Indulging in your desires is not self love
Just because you liked that person doesn't mean they are worthy to take a human shaped space up in your life.
Just because you have a strawberry cheesecake in the fridge, doesn't mean you should eat it all in one sitting. (I can't believe I just called myself out like that)
Self love can be pretty uncomfortable some of the time. It means that we have to stare the worst and ugliest versions of ourselves in the face, when most of us prefer to live in a state of the blissfully unaware, meaning less work for us to do. I've spent 6 years of my life dedicated to self-love and blogging about it, and that's my way of glorifying something that really should not be pretty, but is a form of turning a negative into a positive.
Be nice to everyone, including yourself
Being nice to people is a win-win for everybody. You feel on top of the world, and so does the person on the receiving end of your good deed or kind words.
I've practised this my entire life, as this was how I was brought up, and now becomes one of my major life ethics.

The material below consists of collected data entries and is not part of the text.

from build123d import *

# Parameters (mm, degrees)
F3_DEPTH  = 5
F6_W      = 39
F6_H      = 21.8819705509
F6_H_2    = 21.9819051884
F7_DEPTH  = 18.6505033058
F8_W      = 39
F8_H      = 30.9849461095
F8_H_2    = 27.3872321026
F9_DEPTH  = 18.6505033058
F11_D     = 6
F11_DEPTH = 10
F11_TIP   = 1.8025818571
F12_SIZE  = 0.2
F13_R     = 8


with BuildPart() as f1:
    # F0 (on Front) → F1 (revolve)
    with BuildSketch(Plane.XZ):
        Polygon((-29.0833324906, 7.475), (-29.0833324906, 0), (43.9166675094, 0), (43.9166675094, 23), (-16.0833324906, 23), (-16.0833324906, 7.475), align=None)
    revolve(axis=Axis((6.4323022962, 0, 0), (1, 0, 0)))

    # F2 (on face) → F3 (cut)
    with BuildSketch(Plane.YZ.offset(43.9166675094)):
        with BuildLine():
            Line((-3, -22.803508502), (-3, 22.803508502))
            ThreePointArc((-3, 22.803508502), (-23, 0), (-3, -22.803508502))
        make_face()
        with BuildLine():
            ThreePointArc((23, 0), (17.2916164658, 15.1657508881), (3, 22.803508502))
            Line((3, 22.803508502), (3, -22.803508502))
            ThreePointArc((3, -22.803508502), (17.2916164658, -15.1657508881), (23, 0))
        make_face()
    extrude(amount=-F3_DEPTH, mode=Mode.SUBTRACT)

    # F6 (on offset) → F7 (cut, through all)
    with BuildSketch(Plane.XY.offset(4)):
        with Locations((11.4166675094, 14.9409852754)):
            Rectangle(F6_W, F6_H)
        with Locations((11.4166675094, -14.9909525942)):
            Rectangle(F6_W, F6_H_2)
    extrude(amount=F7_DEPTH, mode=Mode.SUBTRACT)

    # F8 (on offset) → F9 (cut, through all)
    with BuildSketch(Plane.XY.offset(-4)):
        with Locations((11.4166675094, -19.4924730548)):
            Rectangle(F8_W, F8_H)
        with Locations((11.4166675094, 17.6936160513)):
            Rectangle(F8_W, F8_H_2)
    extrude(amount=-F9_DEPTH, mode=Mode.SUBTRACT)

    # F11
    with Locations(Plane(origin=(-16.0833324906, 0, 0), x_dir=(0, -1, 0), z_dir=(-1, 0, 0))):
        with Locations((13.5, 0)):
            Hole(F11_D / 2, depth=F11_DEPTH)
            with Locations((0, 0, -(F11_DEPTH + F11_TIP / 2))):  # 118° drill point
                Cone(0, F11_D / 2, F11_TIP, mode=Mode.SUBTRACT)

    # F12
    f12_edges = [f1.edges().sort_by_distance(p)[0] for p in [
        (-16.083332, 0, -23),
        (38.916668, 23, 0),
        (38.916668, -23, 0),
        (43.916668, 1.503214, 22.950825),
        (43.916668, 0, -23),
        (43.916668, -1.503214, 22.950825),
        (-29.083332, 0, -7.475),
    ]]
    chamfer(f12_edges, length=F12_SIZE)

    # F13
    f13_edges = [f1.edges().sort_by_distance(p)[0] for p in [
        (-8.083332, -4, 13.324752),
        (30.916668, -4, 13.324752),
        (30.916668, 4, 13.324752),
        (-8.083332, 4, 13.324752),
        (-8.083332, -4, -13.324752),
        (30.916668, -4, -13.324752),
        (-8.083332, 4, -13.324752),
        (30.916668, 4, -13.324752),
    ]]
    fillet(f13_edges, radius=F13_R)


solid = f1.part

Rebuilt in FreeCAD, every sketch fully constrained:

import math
import FreeCAD as App
import Part
import Sketcher
Q = App.Units.Quantity


def edges_at(feature, points):
    """Names of the edges that pass closest to the given points."""
    edges = feature.Shape.Edges
    near = lambda p: min(range(len(edges)), key=lambda i: edges[i].distToShape(Part.Vertex(*p))[0])
    return sorted({f"Edge{near(p) + 1}" for p in points})

doc = App.newDocument("Part")
body = doc.addObject("PartDesign::Body", "Body")

sketch1 = doc.addObject("Sketcher::SketchObject", "Sketch")
body.addObject(sketch1)
sketch1.AttachmentSupport = (doc.XZ_Plane, [""])
sketch1.MapMode = "FlatFace"
sketch1.addGeometry(Part.LineSegment(App.Vector(-29.083332, 7.475, 0), App.Vector(-29.083332, 0, 0)), False)
sketch1.addGeometry(Part.LineSegment(App.Vector(-29.083332, 0, 0), App.Vector(43.916668, 0, 0)), False)
sketch1.addGeometry(Part.LineSegment(App.Vector(43.916668, 0, 0), App.Vector(43.916668, 23, 0)), False)
sketch1.addGeometry(Part.LineSegment(App.Vector(43.916668, 23, 0), App.Vector(-16.083332, 23, 0)), False)
sketch1.addGeometry(Part.LineSegment(App.Vector(-16.083332, 23, 0), App.Vector(-16.083332, 7.475, 0)), False)
sketch1.addGeometry(Part.LineSegment(App.Vector(-16.083332, 7.475, 0), App.Vector(-29.083332, 7.475, 0)), False)
sketch1.addConstraint(Sketcher.Constraint("Coincident", 0, 2, 1, 1))
sketch1.addConstraint(Sketcher.Constraint("Coincident", 1, 2, 2, 1))
sketch1.addConstraint(Sketcher.Constraint("Coincident", 2, 2, 3, 1))
sketch1.addConstraint(Sketcher.Constraint("Coincident", 3, 2, 4, 1))
sketch1.addConstraint(Sketcher.Constraint("Coincident", 4, 2, 5, 1))
sketch1.addConstraint(Sketcher.Constraint("Coincident", 5, 2, 0, 1))
sketch1.addConstraint(Sketcher.Constraint("Vertical", 0))
sketch1.addConstraint(Sketcher.Constraint("Horizontal", 1))
sketch1.addConstraint(Sketcher.Constraint("Vertical", 2))
sketch1.addConstraint(Sketcher.Constraint("Horizontal", 3))
sketch1.addConstraint(Sketcher.Constraint("Vertical", 4))
sketch1.addConstraint(Sketcher.Constraint("Horizontal", 5))
sketch1.addConstraint(Sketcher.Constraint("PointOnObject", 0, 2, -1))
sketch1.addConstraint(Sketcher.Constraint("DistanceX", 1, 1, 1, 2, Q("73 mm")))
sketch1.addConstraint(Sketcher.Constraint("DistanceX", 3, 2, 3, 1, Q("60 mm")))
sketch1.addConstraint(Sketcher.Constraint("DistanceY", 2, 1, 2, 2, Q("23 mm")))
sketch1.addConstraint(Sketcher.Constraint("DistanceY", 0, 2, 0, 1, Q("7.475 mm")))
sketch1.addConstraint(Sketcher.Constraint("DistanceX", 0, 2, -1, 1, Q("29.083332 mm")))
revolution = doc.addObject("PartDesign::Revolution", "Revolution")
body.addObject(revolution)
revolution.Profile = sketch1
revolution.ReferenceAxis = (sketch1, ["H_Axis"])
revolution.Angle = 360

sketch2 = doc.addObject("Sketcher::SketchObject", "Sketch001")
body.addObject(sketch2)
sketch2.AttachmentSupport = (doc.YZ_Plane, [""])
sketch2.MapMode = "FlatFace"
sketch2.AttachmentOffset = App.Placement(App.Vector(0, 0, 43.916668), App.Rotation())
sketch2.addGeometry(Part.LineSegment(App.Vector(-3, -22.803509, 0), App.Vector(-3, 22.803509, 0)), False)
sketch2.addGeometry(Part.ArcOfCircle(Part.Circle(App.Vector(0, 0, 0), App.Vector(0, 0, 1), 23), math.radians(97.494717), math.radians(262.505283)), False)
sketch2.addGeometry(Part.LineSegment(App.Vector(3, 22.803509, 0), App.Vector(3, -22.803509, 0)), False)
sketch2.addGeometry(Part.ArcOfCircle(Part.Circle(App.Vector(0, 0, 0), App.Vector(0, 0, 1), 23), math.radians(-82.505283), math.radians(82.505283)), False)
sketch2.addConstraint(Sketcher.Constraint("Coincident", 0, 1, 1, 2))
sketch2.addConstraint(Sketcher.Constraint("Coincident", 1, 1, 0, 2))
sketch2.addConstraint(Sketcher.Constraint("Coincident", 2, 1, 3, 2))
sketch2.addConstraint(Sketcher.Constraint("Coincident", 3, 1, 2, 2))
sketch2.addConstraint(Sketcher.Constraint("Vertical", 0))
sketch2.addConstraint(Sketcher.Constraint("Vertical", 2))
sketch2.addConstraint(Sketcher.Constraint("Coincident", 1, 3, -1, 1))
sketch2.addConstraint(Sketcher.Constraint("Coincident", 3, 3, -1, 1))
sketch2.addConstraint(Sketcher.Constraint("Equal", 1, 3))
sketch2.addConstraint(Sketcher.Constraint("Horizontal", 1, 1, 2, 1))
sketch2.addConstraint(Sketcher.Constraint("Radius", 1, Q("23 mm")))
sketch2.addConstraint(Sketcher.Constraint("DistanceX", 0, 1, -1, 1, Q("3 mm")))
pocket1 = doc.addObject("PartDesign::Pocket", "Pocket")
body.addObject(pocket1)
pocket1.Profile = sketch2
pocket1.Length = 5

sketch3 = doc.addObject("Sketcher::SketchObject", "Sketch002")
body.addObject(sketch3)
sketch3.AttachmentSupport = (doc.XY_Plane, [""])
sketch3.MapMode = "FlatFace"
sketch3.AttachmentOffset = App.Placement(App.Vector(0, 0, 4), App.Rotation())
sketch3.addGeometry(Part.LineSegment(App.Vector(-8.083332, 25.881971, 0), App.Vector(-8.083332, 4, 0)), False)
sketch3.addGeometry(Part.LineSegment(App.Vector(-8.083332, 4, 0), App.Vector(30.916668, 4, 0)), False)
sketch3.addGeometry(Part.LineSegment(App.Vector(30.916668, 4, 0), App.Vector(30.916668, 25.881971, 0)), False)
sketch3.addGeometry(Part.LineSegment(App.Vector(30.916668, 25.881971, 0), App.Vector(-8.083332, 25.881971, 0)), False)
sketch3.addGeometry(Part.LineSegment(App.Vector(-8.083332, -4, 0), App.Vector(-8.083332, -25.981905, 0)), False)
sketch3.addGeometry(Part.LineSegment(App.Vector(-8.083332, -25.981905, 0), App.Vector(30.916668, -25.981905, 0)), False)
sketch3.addGeometry(Part.LineSegment(App.Vector(30.916668, -25.981905, 0), App.Vector(30.916668, -4, 0)), False)
sketch3.addGeometry(Part.LineSegment(App.Vector(30.916668, -4, 0), App.Vector(-8.083332, -4, 0)), False)
sketch3.addConstraint(Sketcher.Constraint("Coincident", 0, 2, 1, 1))
sketch3.addConstraint(Sketcher.Constraint("Coincident", 1, 2, 2, 1))
sketch3.addConstraint(Sketcher.Constraint("Coincident", 2, 2, 3, 1))
sketch3.addConstraint(Sketcher.Constraint("Coincident", 3, 2, 0, 1))
sketch3.addConstraint(Sketcher.Constraint("Coincident", 4, 2, 5, 1))
sketch3.addConstraint(Sketcher.Constraint("Coincident", 5, 2, 6, 1))
sketch3.addConstraint(Sketcher.Constraint("Coincident", 6, 2, 7, 1))
sketch3.addConstraint(Sketcher.Constraint("Coincident", 7, 2, 4, 1))
sketch3.addConstraint(Sketcher.Constraint("Vertical", 0))
sketch3.addConstraint(Sketcher.Constraint("Horizontal", 1))
sketch3.addConstraint(Sketcher.Constraint("Vertical", 2))
sketch3.addConstraint(Sketcher.Constraint("Horizontal", 3))
sketch3.addConstraint(Sketcher.Constraint("Vertical", 4))
sketch3.addConstraint(Sketcher.Constraint("Horizontal", 5))
sketch3.addConstraint(Sketcher.Constraint("Vertical", 6))
sketch3.addConstraint(Sketcher.Constraint("Horizontal", 7))
sketch3.addConstraint(Sketcher.Constraint("Symmetric", 1, 2, 6, 2, -1))
sketch3.addConstraint(Sketcher.Constraint("Vertical", 3, 2, 4, 2))
sketch3.addConstraint(Sketcher.Constraint("DistanceX", 1, 1, 1, 2, Q("39 mm")))
sketch3.addConstraint(Sketcher.Constraint("DistanceY", -1, 1, 0, 2, Q("4 mm")))
sketch3.addConstraint(Sketcher.Constraint("DistanceY", 0, 2, 0, 1, Q("21.881971 mm")))
sketch3.addConstraint(Sketcher.Constraint("DistanceY", 4, 2, 4, 1, Q("21.981905 mm")))
sketch3.addConstraint(Sketcher.Constraint("DistanceX", 0, 2, -1, 1, Q("8.083332 mm")))
pocket2 = doc.addObject("PartDesign::Pocket", "Pocket001")
body.addObject(pocket2)
pocket2.Profile = sketch3
pocket2.Type = "ThroughAll"
pocket2.Reversed = True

Don't be confused in this because I am saying "be nice" NOT "be a doormat". If you do not like the way someone is acting towards you then speak up and call that person out, but do it with grace and dignity.
The Real Thing
All life's curve-balls you've been thrown so far, are just warm ups.
You have such a long stretch of life that has yet to be lived. Be grateful you are alive to experience these hardships, because some people don't even get that far to experience the ups and downs in life.
This is the thing that is keeping me going right now, that in this world-stopping pandemic, that is killing people and putting our normality on pause, I am still able to sit at my desk and hold a pen to write. I am able to hear my music through my headphones. I am able to taste my favourite foods and drinks.
I am able to breathe on my own.
I'm blessed, and if I'm ever not able to do any of those seemingly basic things, then I know that anything else I've ever been through in life has just been a dress rehearsal.
Now that life is entirely stripped back, I can see my life and the world in a different light and I'm still in love with it. What are you in love with, now that we have nothing?